I started an essay for this week’s newsletter, but it just wasn’t coming together quite like I hoped it would, so I decided to shelve it for now. It’s a bit of a family joke at this point, the way I bounce from one idea to another, the things I remember so well and the other things that don’t stand a chance of being remembered (movie plots), and honestly I think that the way my mind functions now is a combination of genetic predisposition combined with 22 years of parenting, when my attention has been pulled on by the needs of one, then two, then three, then five other humans. Not to mention the myriad number of animals we’ve shared our lives with. Lots of plates to keep spinning. And this way of being comes with some real challenges, but it’s also pretty rich and enjoyable for me. The sense of being interested in so many things that I’ll never be bored is so delightful. Reading half a dozen or more books simultaneously may not be efficient, but I love diving into content based on what sounds most compelling at any particular moment in time.
All of that was a roundabout way of saying that what I felt most excited about sharing this week turned out to be the books I’m reading. So with that sufficient amount of ado, here they are…
—Mindy

Tantra Illuminated
Tantra Illuminated by Christopher D. Wallis. David first heard mention of this book at a psychedelics conference in a workshop on something or other. He started reading this book and it was in the vein of things that historically I’ve been more drawn to studying than him (eastern spiritual traditions), so that piqued my interest as well. Curiously, during the time that he was reading the book, I would attempt to open the audiobook and got an error over and over again. Eventually I gave up trying and set it aside. I’ve recently picked it up again and the audiobook has worked great for me, so I guess that’s the universe’s way of telling me now is a good time to engage with this material. 😉 This book has been really impactful on David, so I’m going to let him write up some of his thoughts about it.

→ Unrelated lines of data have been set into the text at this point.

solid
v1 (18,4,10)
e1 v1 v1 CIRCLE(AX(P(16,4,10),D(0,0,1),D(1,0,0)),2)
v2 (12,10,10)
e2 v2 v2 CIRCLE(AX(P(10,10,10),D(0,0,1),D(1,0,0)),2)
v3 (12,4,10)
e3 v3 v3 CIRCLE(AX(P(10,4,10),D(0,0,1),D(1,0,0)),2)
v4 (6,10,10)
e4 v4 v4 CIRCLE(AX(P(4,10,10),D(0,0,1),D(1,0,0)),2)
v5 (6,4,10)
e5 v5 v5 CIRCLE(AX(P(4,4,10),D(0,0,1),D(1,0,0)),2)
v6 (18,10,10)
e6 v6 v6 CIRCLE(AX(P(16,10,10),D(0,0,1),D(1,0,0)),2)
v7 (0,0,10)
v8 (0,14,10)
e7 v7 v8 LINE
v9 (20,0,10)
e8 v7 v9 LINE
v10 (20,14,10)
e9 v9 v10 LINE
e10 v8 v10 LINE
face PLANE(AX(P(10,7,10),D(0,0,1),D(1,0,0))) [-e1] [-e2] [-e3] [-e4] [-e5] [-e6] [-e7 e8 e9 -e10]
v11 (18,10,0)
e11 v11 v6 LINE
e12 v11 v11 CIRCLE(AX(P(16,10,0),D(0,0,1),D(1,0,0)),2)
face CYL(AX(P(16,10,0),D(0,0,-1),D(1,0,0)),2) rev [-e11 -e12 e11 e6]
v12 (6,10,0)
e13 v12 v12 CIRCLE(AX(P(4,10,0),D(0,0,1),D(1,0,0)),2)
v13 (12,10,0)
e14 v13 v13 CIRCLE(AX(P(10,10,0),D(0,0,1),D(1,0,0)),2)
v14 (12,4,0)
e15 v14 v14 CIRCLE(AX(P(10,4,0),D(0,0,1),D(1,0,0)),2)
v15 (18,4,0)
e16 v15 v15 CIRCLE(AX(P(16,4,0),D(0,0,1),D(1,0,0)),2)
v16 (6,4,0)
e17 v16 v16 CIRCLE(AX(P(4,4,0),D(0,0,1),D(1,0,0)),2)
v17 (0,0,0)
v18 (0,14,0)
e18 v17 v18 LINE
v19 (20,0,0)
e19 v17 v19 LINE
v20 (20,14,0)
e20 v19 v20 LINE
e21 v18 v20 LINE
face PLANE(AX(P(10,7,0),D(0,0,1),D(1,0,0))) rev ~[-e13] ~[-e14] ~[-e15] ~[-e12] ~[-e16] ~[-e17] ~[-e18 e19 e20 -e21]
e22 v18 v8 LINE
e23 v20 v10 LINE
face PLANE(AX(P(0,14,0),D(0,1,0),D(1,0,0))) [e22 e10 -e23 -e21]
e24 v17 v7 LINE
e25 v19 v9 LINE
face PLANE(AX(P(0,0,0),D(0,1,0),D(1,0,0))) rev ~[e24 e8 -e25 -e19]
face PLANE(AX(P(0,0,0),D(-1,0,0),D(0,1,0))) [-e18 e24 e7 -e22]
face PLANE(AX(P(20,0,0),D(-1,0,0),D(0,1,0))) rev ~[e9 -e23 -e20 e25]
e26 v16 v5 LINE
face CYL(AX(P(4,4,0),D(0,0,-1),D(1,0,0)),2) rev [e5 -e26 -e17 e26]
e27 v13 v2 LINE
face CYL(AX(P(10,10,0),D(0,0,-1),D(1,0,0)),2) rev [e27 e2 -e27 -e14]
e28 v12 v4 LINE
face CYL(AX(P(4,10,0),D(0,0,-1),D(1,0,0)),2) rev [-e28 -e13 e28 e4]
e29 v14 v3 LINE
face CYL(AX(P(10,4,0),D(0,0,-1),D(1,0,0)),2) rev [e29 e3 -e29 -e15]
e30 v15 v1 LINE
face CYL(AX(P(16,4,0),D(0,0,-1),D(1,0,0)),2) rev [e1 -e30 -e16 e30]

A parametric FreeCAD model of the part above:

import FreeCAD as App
import Part
import Sketcher
from FreeCAD import Vector
Q = App.Units.Quantity


def add_polygon(sketch, points):
    """Adds a closed chain of lines whose ends are joined by coincident constraints."""
    first, n = sketch.GeometryCount, len(points)
    for a, b in zip(points, points[1:] + points[:1]):
        sketch.addGeometry(Part.LineSegment(App.Vector(*a, 0), App.Vector(*b, 0)), False)
    for i in range(n):
        sketch.addConstraint(Sketcher.Constraint("Coincident", first + i, 2, first + (i + 1) % n, 1))

doc = App.newDocument("Part")
body = doc.addObject("PartDesign::Body", "Body")

sketch1 = doc.addObject("Sketcher::SketchObject", "Sketch")
body.addObject(sketch1)
sketch1.AttachmentSupport = (doc.XY_Plane, [""])
sketch1.MapMode = "FlatFace"
sketch1.addGeometry(Part.Circle(Vector(16, 10, 0), Vector(0, 0, 1), 2), False)
sketch1.addConstraint(Sketcher.Constraint("Diameter", 0, Q("4 mm")))
sketch1.addConstraint(Sketcher.Constraint("DistanceX", -1, 1, 0, 3, Q("16 mm")))
sketch1.addConstraint(Sketcher.Constraint("DistanceY", -1, 1, 0, 3, Q("10 mm")))
pad1 = doc.addObject("PartDesign::Pad", "Pad")
body.addObject(pad1)
pad1.Profile = sketch1
pad1.Length = 10
body2 = doc.addObject("PartDesign::Body", "Body001")

sketch2 = doc.addObject("Sketcher::SketchObject", "Sketch001")
body2.addObject(sketch2)
sketch2.AttachmentSupport = (doc.getObject("XY_Plane001"), [""])
sketch2.MapMode = "FlatFace"
sketch2.addGeometry(Part.Circle(Vector(16, 4, 0), Vector(0, 0, 1), 2), False)
sketch2.addConstraint(Sketcher.Constraint("Diameter", 0, Q("4 mm")))
sketch2.addConstraint(Sketcher.Constraint("DistanceX", -1, 1, 0, 3, Q("16 mm")))
sketch2.addConstraint(Sketcher.Constraint("DistanceY", -1, 1, 0, 3, Q("4 mm")))
pad2 = doc.addObject("PartDesign::Pad", "Pad001")
body2.addObject(pad2)
pad2.Profile = sketch2
pad2.Length = 10
body3 = doc.addObject("PartDesign::Body", "Body002")

sketch3 = doc.addObject("Sketcher::SketchObject", "Sketch002")
body3.addObject(sketch3)
sketch3.AttachmentSupport = (doc.getObject("XY_Plane002"), [""])
sketch3.MapMode = "FlatFace"
sketch3.addGeometry(Part.Circle(Vector(10, 10, 0), Vector(0, 0, 1), 2), False)
sketch3.addConstraint(Sketcher.Constraint("Diameter", 0, Q("4 mm")))
sketch3.addConstraint(Sketcher.Constraint("DistanceX", -1, 1, 0, 3, Q("10 mm")))
sketch3.addConstraint(Sketcher.Constraint("DistanceY", -1, 1, 0, 3, Q("10 mm")))
pad3 = doc.addObject("PartDesign::Pad", "Pad002")
body3.addObject(pad3)
pad3.Profile = sketch3
pad3.Length = 10
body4 = doc.addObject("PartDesign::Body", "Body003")

sketch4 = doc.addObject("Sketcher::SketchObject", "Sketch003")
body4.addObject(sketch4)
sketch4.AttachmentSupport = (doc.getObject("XY_Plane003"), [""])
sketch4.MapMode = "FlatFace"
sketch4.addGeometry(Part.Circle(Vector(10, 4, 0), Vector(0, 0, 1), 2), False)
sketch4.addConstraint(Sketcher.Constraint("Diameter", 0, Q("4 mm")))
sketch4.addConstraint(Sketcher.Constraint("DistanceX", -1, 1, 0, 3, Q("10 mm")))
sketch4.addConstraint(Sketcher.Constraint("DistanceY", -1, 1, 0, 3, Q("4 mm")))
pad4 = doc.addObject("PartDesign::Pad", "Pad003")
body4.addObject(pad4)
pad4.Profile = sketch4
pad4.Length = 10
body5 = doc.addObject("PartDesign::Body", "Body004")

sketch5 = doc.addObject("Sketcher::SketchObject", "Sketch004")
body5.addObject(sketch5)
sketch5.AttachmentSupport = (doc.getObject("XY_Plane004"), [""])
sketch5.MapMode = "FlatFace"
sketch5.addGeometry(Part.Circle(Vector(4, 10, 0), Vector(0, 0, 1), 2), False)
sketch5.addConstraint(Sketcher.Constraint("Diameter", 0, Q("4 mm")))
sketch5.addConstraint(Sketcher.Constraint("DistanceX", -1, 1, 0, 3, Q("4 mm")))
sketch5.addConstraint(Sketcher.Constraint("DistanceY", -1, 1, 0, 3, Q("10 mm")))
pad5 = doc.addObject("PartDesign::Pad", "Pad004")
body5.addObject(pad5)
pad5.Profile = sketch5
pad5.Length = 10
body6 = doc.addObject("PartDesign::Body", "Body005")

sketch6 = doc.addObject("Sketcher::SketchObject", "Sketch005")
body6.addObject(sketch6)
sketch6.AttachmentSupport = (doc.getObject("XY_Plane005"), [""])
sketch6.MapMode = "FlatFace"
sketch6.addGeometry(Part.Circle(Vector(4, 4, 0), Vector(0, 0, 1), 2), False)
sketch6.addConstraint(Sketcher.Constraint("Diameter", 0, Q("4 mm")))
sketch6.addConstraint(Sketcher.Constraint("DistanceX", -1, 1, 0, 3, Q("4 mm")))
sketch6.addConstraint(Sketcher.Constraint("DistanceY", -1, 1, 0, 3, Q("4 mm")))
pad6 = doc.addObject("PartDesign::Pad", "Pad005")
body6.addObject(pad6)
pad6.Profile = sketch6
pad6.Length = 10
body7 = doc.addObject("PartDesign::Body", "Body006")

sketch7 = doc.addObject("Sketcher::SketchObject", "Sketch006")
body7.addObject(sketch7)
sketch7.AttachmentSupport = (doc.getObject("XY_Plane006"), [""])
sketch7.MapMode = "FlatFace"
add_polygon(sketch7, [(0, 14), (0, 0), (20, 0), (20, 14)])
sketch7.addConstraint(Sketcher.Constraint("Vertical", 0))
sketch7.addConstraint(Sketcher.Constraint("Horizontal", 1))
sketch7.addConstraint(Sketcher.Constraint("Vertical", 2))
sketch7.addConstraint(Sketcher.Constraint("Horizontal", 3))
sketch7.addConstraint(Sketcher.Constraint("Coincident", 0, 2, -1, 1))
sketch7.addConstraint(Sketcher.Constraint("DistanceX", 1, 1, 1, 2, Q("20 mm")))
sketch7.addConstraint(Sketcher.Constraint("DistanceY", 0, 2, 0, 1, Q("14 mm")))
pad7 = doc.addObject("PartDesign::Pad", "Pad006")
body7.addObject(pad7)
pad7.Profile = sketch7
pad7.Length = 10
doc.recompute()

boolean = doc.addObject("PartDesign::Boolean", "Boolean")
body7.addObject(boolean)
boolean.Type = "Cut"
boolean.addObjects([body6])
doc.recompute()

boolean2 = doc.addObject("PartDesign::Boolean", "Boolean001")
body7.addObject(boolean2)
boolean2.Type = "Cut"
boolean2.addObjects([body5])
doc.recompute()

boolean3 = doc.addObject("PartDesign::Boolean", "Boolean002")
body7.addObject(boolean3)
boolean3.Type = "Cut"
boolean3.addObjects([body4])
doc.recompute()

boolean4 = doc.addObject("PartDesign::Boolean", "Boolean003")
body7.addObject(boolean4)
boolean4.Type = "Cut"
boolean4.addObjects([body3])
doc.recompute()

boolean5 = doc.addObject("PartDesign::Boolean", "Boolean004")
body7.addObject(boolean5)
boolean5.Type = "Cut"
boolean5.addObjects([body2])
doc.recompute()

boolean6 = doc.addObject("PartDesign::Boolean", "Boolean005")
body7.addObject(boolean6)
boolean6.Type = "Cut"
boolean6.addObjects([body])

doc.recompute()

David here: There have been very few books of prose that I’ve read slowly, and deliberately, to savor them; Anti-Fragile by Nasim Taleb, God Emperor of Dune by Frank Herber, The Tin drum by Gunter Grass, and Tantra Illuminated by Christopher D. Walls, a scholar-practitioner focused on non-dual Shiva tantra. Non-dual Shiva Tantra is a spiritual tradition emphasizing the realization that ultimate reality is a singular, indivisible consciousness (Shiva), expressing itself dynamically through all forms and experiences without separation or distinction. I was introduced to Tantra Illuminated by Keely Ann, a Tantric Coach, after she led the audience through a meditative peeling of a clementine. It was so relaxing and sumptuous to be fully engaged with an otherwise forgettable activity. She mentioned the book at the conclusion of her talk/guided meditation, and I decided to read it. It’s a longer book, 512 pages. The audiobook became a frequent companion on long walks. I would listen, pause, mull over ideas, and then sometimes break into a run to practice the ideas covered over the course of a bit over 18 months. I so enjoyed the perspective shared because it was introduced without advocating for belief. I have a rather cantankerous relationship with belief, and I’ve really enjoyed becoming acquainted with practices that deepen my enjoyment of the quotidian through simple practices and reframing.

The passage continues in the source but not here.